Fahrenheit 451, another of Bradbury’s most important texts, appeared in 1953. Like The Martian Chronicles, it is a piece of social commentary and an interesting story. It is set in the future where the government has banned writing. A character resists the government ban, and eventually joins a group of rebels who memorize major works of literature.
In 1950, Bradbury turned his attention solely to science fiction, although most of his writing had an element of social commentary in it. The Martian Chronicles reflected the prevailing anxieties of post-war America and the fascination that mankind had developed for discovering life on other planets. The book deals with the human attempt to colonize Mars and the effects of that colonization. It is as much a work of social criticism as it is a fascinating piece of science fiction. The book was very popular and gained Bradbury the reputation as a leading writer of science fiction in America.
Bradbury continued to write science fiction novels and is best known for Fahrenheit
451, Dandelion Wine and Something Wicked This Way Comes.
Many of his books have been made into major motion pictures and several
have won him awards, including the O’Henry Memorial Award, the Benjamin
Franklin award, the Aviation Space Writers Association Award, and the
Grand Master Award from the Science Fiction Writers of America. He was
also awarded the World Fantasy Award for Lifetime Achievement.
Aside from his literary achievements, Bradbury served as the consultant for United States pavilion at the New York World’s Fair in 1964. In the early nineties, he contributed to the conception of the Orbitron space ride at Euro Disney, France. Bradbury and his wife continue to live in Los Angeles where he still writes daily and occasionally lectures on science fiction.

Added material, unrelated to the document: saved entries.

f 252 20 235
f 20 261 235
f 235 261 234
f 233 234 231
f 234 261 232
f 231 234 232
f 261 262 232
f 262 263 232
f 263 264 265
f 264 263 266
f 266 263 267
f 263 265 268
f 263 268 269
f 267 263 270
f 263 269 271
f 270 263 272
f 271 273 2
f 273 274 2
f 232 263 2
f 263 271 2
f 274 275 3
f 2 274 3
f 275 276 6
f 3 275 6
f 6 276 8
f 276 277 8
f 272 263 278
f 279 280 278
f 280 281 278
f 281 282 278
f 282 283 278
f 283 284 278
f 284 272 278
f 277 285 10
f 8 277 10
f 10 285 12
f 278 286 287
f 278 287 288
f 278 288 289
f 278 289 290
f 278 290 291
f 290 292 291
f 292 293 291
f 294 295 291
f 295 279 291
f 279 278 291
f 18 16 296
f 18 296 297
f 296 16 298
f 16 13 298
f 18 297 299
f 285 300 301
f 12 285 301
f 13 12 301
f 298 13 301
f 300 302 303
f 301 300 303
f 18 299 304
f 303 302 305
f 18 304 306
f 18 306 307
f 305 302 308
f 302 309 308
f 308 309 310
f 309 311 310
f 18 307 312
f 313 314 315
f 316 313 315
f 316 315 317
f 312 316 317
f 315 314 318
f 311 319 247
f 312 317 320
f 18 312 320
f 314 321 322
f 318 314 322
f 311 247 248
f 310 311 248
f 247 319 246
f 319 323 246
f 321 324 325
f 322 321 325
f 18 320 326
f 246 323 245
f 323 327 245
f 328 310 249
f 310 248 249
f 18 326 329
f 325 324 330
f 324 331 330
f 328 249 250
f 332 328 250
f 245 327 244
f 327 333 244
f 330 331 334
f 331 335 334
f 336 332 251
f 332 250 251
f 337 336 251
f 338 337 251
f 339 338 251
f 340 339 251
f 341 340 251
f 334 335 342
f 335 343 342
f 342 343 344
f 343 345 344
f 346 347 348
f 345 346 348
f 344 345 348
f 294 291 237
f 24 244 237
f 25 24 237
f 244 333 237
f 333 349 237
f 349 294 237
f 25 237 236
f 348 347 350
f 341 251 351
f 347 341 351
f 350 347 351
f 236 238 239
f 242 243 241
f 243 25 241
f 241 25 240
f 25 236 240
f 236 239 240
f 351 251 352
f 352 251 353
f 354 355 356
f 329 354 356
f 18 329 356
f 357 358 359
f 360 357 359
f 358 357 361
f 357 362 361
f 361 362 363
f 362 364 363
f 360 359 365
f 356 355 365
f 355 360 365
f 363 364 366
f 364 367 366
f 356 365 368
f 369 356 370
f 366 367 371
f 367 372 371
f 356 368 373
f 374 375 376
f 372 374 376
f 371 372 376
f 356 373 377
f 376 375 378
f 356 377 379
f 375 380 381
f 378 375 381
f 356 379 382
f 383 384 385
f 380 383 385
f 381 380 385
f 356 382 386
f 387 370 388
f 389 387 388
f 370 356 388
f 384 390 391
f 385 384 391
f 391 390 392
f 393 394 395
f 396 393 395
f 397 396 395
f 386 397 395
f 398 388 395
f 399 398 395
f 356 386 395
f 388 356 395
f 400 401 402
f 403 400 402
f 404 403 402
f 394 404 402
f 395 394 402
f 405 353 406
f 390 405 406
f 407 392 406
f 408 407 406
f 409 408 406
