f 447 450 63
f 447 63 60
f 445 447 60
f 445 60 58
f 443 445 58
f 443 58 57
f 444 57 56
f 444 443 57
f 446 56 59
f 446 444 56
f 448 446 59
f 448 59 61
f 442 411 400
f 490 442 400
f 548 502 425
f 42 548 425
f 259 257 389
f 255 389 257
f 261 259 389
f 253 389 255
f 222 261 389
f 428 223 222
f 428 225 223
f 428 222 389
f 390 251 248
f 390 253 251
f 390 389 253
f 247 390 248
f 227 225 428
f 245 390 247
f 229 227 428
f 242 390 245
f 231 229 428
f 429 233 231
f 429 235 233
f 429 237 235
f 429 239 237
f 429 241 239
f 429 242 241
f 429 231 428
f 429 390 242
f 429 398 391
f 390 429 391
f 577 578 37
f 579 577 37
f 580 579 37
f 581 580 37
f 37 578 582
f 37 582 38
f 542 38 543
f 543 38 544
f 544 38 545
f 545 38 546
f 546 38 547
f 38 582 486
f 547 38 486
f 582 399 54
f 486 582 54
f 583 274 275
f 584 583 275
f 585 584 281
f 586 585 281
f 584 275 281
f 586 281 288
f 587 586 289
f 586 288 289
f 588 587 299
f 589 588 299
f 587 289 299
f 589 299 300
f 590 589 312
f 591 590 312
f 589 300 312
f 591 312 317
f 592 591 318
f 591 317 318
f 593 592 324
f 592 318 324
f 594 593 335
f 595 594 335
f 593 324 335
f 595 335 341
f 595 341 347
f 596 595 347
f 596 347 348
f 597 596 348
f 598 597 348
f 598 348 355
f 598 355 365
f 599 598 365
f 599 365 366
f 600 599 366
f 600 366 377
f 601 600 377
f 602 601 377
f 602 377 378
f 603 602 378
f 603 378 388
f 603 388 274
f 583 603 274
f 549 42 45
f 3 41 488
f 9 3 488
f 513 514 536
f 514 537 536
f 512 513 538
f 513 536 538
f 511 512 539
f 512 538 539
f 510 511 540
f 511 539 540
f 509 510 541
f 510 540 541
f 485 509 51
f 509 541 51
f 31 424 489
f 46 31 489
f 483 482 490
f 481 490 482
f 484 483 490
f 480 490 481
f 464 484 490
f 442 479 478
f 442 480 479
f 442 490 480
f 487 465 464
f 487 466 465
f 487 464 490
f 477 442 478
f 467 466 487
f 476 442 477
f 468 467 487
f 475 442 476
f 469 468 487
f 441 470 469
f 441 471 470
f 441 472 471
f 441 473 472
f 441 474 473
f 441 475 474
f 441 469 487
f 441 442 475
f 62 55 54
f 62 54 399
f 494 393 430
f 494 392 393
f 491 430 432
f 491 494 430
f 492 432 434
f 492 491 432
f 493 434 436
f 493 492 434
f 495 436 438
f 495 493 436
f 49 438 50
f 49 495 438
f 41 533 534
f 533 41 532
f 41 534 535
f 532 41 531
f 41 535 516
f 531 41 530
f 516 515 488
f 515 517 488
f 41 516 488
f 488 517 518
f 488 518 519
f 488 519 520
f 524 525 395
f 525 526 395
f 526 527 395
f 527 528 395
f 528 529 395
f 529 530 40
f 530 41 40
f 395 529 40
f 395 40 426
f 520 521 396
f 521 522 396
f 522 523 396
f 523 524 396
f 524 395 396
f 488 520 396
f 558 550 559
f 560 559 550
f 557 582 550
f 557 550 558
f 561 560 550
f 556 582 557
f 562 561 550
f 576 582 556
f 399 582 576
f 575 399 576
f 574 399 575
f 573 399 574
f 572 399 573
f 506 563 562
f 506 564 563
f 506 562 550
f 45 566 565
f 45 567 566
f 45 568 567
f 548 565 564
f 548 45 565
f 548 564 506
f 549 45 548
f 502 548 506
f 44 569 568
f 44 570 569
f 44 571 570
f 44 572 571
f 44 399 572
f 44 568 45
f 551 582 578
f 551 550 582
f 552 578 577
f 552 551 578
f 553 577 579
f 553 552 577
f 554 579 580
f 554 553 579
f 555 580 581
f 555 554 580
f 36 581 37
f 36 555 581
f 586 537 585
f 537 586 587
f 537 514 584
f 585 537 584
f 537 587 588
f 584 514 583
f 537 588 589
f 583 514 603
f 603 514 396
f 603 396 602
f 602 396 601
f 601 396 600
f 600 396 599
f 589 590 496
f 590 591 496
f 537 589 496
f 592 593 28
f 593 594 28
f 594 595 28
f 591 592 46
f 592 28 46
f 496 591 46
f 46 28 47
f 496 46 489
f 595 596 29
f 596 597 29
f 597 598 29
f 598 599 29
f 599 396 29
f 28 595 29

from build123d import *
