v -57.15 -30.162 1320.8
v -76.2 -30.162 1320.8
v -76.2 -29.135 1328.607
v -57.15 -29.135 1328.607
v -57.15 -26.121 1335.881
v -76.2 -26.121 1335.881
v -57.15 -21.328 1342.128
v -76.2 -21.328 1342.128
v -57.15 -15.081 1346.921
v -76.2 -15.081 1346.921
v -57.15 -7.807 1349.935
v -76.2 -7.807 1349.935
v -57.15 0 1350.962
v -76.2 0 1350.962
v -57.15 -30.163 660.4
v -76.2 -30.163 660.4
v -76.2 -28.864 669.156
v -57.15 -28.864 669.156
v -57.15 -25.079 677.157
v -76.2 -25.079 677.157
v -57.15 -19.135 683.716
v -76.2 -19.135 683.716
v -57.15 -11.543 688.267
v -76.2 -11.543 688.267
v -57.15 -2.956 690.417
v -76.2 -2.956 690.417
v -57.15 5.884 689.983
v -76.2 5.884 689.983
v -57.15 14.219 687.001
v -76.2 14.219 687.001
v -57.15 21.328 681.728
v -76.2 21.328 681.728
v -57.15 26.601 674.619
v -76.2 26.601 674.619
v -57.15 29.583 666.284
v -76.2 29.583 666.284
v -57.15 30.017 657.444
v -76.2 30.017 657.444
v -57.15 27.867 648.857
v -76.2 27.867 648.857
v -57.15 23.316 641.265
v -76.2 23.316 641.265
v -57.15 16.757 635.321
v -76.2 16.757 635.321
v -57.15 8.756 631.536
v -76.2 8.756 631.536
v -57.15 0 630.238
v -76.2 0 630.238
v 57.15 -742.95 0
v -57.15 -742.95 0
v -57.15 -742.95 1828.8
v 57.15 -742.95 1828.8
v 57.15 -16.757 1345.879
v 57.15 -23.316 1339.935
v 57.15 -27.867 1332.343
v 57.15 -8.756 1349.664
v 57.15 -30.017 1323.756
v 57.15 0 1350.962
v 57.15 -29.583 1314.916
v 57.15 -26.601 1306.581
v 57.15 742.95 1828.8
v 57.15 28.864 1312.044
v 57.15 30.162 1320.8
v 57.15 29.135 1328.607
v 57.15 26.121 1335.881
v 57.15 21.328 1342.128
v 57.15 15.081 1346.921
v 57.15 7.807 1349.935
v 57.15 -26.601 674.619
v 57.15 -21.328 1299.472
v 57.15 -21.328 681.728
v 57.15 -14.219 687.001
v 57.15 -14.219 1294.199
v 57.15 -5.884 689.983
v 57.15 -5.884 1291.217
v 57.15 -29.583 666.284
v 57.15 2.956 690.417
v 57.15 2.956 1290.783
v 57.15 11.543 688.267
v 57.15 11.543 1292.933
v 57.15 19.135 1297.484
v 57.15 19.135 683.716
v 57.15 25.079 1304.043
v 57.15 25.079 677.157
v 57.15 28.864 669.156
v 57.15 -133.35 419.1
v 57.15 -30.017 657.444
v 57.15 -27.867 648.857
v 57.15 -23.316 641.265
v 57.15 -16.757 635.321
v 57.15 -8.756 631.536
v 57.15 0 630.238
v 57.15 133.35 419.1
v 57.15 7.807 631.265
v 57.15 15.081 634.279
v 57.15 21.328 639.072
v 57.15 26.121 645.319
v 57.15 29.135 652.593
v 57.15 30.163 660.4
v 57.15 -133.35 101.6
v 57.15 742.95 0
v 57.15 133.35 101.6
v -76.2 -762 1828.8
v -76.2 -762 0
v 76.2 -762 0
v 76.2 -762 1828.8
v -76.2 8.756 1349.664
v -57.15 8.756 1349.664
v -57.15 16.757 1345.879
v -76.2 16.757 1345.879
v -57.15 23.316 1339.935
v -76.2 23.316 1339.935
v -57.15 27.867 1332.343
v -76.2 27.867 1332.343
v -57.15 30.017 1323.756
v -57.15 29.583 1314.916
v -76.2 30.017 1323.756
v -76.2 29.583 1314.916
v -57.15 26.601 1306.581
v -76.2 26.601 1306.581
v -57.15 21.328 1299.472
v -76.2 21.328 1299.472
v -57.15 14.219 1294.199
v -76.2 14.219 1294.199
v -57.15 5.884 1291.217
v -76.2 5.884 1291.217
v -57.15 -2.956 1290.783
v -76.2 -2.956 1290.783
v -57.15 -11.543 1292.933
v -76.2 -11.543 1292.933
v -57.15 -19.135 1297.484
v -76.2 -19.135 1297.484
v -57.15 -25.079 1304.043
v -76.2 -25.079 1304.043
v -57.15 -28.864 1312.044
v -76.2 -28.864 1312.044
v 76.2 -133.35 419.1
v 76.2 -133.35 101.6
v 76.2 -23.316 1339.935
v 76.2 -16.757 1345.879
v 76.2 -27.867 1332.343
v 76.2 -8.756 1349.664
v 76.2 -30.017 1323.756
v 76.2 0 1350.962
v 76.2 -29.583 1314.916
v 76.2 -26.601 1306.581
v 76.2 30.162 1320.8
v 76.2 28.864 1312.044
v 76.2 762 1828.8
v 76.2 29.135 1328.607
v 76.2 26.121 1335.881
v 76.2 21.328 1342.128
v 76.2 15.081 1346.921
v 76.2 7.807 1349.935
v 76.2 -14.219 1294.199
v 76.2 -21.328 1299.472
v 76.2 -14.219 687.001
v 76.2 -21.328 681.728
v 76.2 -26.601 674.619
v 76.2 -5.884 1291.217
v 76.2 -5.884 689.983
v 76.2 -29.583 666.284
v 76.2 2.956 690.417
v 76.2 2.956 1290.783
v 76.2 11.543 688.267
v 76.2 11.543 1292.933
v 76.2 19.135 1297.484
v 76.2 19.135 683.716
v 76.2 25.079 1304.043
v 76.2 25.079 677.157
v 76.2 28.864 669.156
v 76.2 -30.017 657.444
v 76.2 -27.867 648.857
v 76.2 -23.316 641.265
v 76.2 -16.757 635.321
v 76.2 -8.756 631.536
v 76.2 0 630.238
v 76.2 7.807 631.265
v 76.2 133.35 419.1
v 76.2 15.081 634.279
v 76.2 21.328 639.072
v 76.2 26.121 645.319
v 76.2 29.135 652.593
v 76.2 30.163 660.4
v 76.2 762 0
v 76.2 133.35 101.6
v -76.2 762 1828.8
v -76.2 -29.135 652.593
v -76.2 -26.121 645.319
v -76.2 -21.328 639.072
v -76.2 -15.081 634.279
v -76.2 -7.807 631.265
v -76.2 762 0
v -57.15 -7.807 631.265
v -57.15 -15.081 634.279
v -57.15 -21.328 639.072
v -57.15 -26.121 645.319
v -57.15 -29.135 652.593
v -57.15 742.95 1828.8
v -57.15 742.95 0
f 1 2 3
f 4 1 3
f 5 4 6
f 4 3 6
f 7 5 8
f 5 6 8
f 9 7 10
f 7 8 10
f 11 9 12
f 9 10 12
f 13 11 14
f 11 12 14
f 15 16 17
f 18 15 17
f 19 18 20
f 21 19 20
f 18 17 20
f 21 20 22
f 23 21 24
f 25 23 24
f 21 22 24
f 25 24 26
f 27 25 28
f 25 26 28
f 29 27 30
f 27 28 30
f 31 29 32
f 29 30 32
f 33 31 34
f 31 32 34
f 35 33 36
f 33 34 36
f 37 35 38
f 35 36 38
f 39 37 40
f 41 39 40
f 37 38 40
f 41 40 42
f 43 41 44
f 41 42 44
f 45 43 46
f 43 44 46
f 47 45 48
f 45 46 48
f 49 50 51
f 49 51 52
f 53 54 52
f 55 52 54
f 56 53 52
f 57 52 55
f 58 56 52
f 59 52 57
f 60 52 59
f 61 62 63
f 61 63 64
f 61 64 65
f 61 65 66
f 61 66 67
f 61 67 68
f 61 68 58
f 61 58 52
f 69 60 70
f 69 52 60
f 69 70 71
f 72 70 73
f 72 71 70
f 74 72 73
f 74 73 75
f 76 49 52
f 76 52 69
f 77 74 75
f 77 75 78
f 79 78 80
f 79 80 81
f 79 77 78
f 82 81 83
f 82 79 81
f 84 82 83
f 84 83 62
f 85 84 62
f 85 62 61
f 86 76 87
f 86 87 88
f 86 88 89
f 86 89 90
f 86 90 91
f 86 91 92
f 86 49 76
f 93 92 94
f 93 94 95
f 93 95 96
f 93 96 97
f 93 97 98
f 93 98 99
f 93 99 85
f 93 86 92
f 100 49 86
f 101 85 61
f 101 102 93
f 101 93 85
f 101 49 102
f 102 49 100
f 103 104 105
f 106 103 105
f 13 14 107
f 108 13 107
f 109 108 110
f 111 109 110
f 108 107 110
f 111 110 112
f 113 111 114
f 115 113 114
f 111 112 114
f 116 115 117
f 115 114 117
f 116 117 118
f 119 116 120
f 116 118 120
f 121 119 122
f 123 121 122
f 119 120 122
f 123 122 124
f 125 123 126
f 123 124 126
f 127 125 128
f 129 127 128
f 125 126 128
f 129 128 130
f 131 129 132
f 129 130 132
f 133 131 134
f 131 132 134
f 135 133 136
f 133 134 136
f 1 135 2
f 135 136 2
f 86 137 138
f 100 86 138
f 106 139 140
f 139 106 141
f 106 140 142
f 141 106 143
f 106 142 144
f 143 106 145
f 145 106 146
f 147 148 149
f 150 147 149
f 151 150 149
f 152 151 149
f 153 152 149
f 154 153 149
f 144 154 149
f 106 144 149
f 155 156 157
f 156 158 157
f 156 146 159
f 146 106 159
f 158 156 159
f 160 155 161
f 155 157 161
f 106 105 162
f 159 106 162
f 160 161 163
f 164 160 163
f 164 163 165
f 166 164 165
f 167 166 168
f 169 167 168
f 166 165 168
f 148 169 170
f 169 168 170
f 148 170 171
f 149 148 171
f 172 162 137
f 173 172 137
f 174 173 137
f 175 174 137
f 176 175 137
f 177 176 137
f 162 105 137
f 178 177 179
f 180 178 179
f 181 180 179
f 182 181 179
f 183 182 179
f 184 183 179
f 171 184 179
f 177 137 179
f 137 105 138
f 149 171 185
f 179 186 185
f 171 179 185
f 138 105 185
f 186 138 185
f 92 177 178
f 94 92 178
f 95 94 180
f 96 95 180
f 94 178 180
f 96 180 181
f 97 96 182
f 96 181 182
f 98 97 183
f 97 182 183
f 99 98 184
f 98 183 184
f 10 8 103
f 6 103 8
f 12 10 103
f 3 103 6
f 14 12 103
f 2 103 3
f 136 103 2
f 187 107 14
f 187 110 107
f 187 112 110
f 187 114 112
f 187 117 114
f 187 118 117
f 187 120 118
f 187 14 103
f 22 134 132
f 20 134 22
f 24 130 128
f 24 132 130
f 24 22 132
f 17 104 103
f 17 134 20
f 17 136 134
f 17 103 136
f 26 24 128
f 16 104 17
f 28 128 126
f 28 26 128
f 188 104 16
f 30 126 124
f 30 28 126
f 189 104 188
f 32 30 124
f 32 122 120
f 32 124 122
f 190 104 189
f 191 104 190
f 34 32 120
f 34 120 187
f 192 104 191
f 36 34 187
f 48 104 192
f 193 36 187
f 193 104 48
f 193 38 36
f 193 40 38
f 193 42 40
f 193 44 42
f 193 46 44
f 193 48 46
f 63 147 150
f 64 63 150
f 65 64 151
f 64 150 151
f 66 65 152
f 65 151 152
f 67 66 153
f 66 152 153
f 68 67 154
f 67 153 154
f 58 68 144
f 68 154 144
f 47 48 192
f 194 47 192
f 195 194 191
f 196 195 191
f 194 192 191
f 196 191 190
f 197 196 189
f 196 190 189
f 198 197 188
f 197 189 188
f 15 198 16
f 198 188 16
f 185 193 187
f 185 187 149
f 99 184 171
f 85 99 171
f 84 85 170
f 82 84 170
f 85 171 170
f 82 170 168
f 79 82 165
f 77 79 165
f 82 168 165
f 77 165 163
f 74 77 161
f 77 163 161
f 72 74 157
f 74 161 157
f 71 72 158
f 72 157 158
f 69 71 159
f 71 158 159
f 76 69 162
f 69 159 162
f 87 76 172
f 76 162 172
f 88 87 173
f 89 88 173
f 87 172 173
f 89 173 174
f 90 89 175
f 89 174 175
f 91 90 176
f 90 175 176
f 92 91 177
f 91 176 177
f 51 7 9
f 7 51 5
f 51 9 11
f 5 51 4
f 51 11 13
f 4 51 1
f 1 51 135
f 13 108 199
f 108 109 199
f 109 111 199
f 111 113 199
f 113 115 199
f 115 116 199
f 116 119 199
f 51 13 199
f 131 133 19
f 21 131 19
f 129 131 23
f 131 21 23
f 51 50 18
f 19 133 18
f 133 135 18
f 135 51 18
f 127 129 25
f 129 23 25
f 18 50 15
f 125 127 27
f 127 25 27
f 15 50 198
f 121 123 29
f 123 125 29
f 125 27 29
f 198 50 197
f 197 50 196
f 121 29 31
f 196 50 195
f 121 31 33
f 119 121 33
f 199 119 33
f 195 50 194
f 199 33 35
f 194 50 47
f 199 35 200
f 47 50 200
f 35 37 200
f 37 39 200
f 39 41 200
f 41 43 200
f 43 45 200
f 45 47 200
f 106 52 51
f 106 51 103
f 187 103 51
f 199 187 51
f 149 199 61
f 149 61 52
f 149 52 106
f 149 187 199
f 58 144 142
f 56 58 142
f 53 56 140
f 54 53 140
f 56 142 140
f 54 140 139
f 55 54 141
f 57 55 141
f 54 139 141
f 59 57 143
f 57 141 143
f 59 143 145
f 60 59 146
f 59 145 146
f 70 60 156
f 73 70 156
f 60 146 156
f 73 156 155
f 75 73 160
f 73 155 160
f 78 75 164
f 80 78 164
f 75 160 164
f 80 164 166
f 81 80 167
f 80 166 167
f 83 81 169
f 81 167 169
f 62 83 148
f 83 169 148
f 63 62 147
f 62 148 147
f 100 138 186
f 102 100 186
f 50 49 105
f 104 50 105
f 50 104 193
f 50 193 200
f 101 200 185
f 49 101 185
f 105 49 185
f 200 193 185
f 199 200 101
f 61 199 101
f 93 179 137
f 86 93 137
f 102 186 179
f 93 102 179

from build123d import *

# Parameters (mm, degrees)
F0_W     = 152.4
F0_H     = 1524
F0_W_2   = 114.3
F0_H_2   = 1485.9
F1_DEPTH = 1828.8
F3_DEPTH = 25.4
F5_DEPTH = 25.4


with BuildPart() as f1:
    # F0 (on Top) → F1 (new body)
    with BuildSketch(Plane.XY):
        Rectangle(F0_W, F0_H)
        Rectangle(F0_W_2, F0_H_2, mode=Mode.SUBTRACT)
    extrude(amount=F1_DEPTH)

    # F2 (on face) → F3 (cut)
    with BuildSketch(Plane.YZ.offset(76.2)):
        Polygon((-133.35, 101.6), (0, 101.6), (0, 260.35), (0, 419.1), (-133.35, 419.1), align=None)
        Polygon((0, 260.35), (0, 101.6), (133.35, 101.6), (133.35, 419.1), (0, 419.1), align=None)
        with BuildLine():
            ThreePointArc((30.1625, 660.4), (-21.328108, 681.728108), (0, 630.2375))
            ThreePointArc((0, 630.2375), (21.328108, 639.071892), (30.1625, 660.4))
        make_face()
        with BuildLine():
            ThreePointArc((30.1625, 1320.8), (21.328108, 1342.128108), (0, 1350.9625))
            ThreePointArc((0, 1350.9625), (-21.328108, 1299.471892), (30.1625, 1320.8))
        make_face()
    extrude(amount=-F3_DEPTH, mode=Mode.SUBTRACT)

    # F4 (on face) → F5 (cut)
    with BuildSketch(Plane(origin=(-76.2, 0, 0), x_dir=(0, -1, 0), z_dir=(-1, 0, 0))):
        with BuildLine():
            ThreePointArc((30.1625, 1320.8), (21.328108, 1342.128108), (0, 1350.9625))
            ThreePointArc((0, 1350.9625), (-21.328108, 1299.471892), (30.1625, 1320.8))
        make_face()
        with BuildLine():
            ThreePointArc((30.1625, 660.4), (-21.328108, 681.728108), (0, 630.2375))
            ThreePointArc((0, 630.2375), (21.328108, 639.071892), (30.1625, 660.4))
        make_face()
    extrude(amount=-F5_DEPTH, mode=Mode.SUBTRACT)


solid = f1.part
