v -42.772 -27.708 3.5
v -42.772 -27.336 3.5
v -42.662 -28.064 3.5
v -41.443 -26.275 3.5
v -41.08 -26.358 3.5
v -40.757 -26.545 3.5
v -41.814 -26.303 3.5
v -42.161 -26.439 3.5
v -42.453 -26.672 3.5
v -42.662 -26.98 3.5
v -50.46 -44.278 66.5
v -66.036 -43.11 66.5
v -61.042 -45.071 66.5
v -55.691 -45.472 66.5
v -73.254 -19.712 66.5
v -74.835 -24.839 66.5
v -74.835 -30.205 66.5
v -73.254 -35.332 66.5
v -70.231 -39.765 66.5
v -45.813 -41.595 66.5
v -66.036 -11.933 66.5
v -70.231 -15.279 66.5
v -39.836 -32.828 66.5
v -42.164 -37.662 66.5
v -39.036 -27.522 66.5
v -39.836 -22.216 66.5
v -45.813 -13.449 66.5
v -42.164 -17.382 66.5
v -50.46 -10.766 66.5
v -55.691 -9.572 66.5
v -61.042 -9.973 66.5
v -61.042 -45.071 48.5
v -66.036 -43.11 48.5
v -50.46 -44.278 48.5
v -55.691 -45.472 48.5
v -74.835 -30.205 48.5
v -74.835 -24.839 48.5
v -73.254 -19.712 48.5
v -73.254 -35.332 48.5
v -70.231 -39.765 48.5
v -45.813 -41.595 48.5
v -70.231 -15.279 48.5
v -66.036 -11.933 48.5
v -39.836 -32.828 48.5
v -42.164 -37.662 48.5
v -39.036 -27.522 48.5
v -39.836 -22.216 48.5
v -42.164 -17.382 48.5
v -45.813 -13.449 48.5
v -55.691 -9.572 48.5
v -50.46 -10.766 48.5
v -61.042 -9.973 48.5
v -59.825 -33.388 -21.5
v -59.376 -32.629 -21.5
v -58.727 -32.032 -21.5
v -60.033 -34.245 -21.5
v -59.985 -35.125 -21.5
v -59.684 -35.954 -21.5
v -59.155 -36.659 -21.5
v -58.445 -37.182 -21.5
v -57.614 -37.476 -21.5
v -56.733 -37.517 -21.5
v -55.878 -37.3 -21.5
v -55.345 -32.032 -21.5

Bradbury has used several pseudonyms throughout his career including Doug Rogers, Ron Reynolds, Guy Amory, Omega, Anthony Corvais, E. Cunningham, Brian Eldred, Cecil Claybourne Cunningham, D. Lerium Tremaine, Edward Banks, D. R. Banet, William Elliott, Brett Sterling, Leonard Spaulding, Leonard Douglas, and Douglas Spaulding.
Ray Bradbury’s Works
Dark Carnival (1947)
The Martian Chronicles (1950)
The Illustrated Man (1951)
No Man is an Island (1952)
Fahrenheit 451 (1953)
The Golden Apples of the Sun (1953)
The October Country (1955)
Switch On the Night (1955)
Dandelion Wine (1957)
Sun and Shadow (1957)
A Medicine For Melancholy (1960)
Something Wicked This Way Comes (1962)
The Essence of Creative Writing: Letters to a Young Aspiring Author (1962)
R Is For Rocket (1962)
The Anthem Sprinters And Other Antics (1963)
The Machineries of Joy (1964)
The Pedestrian (1964)
The Autumn People (1965)
A Device Out of Time (1965)
The Vintage Bradbury (1965)
The Day It Rained Forever: A Comedy in One Act (1966)
The Pedestrian: A Fantasy in One Act (1966)
S Is For Space (1966)
Tomorrow Midnight (1966)
LITERARY / HISTORICAL INFORMATION
This text was first published in 1962, and it is highly possible that some of the ideas were created from Bradbury’s childhood experiences. Many of the actions the boys engage in have a very nineteen fifties feel to them, and it is clear that Main Street America does not look as it does in present society. The book was originally a series of short stories that evolved into a novel over the course of a few years. In 1983, Disney made the story into a film.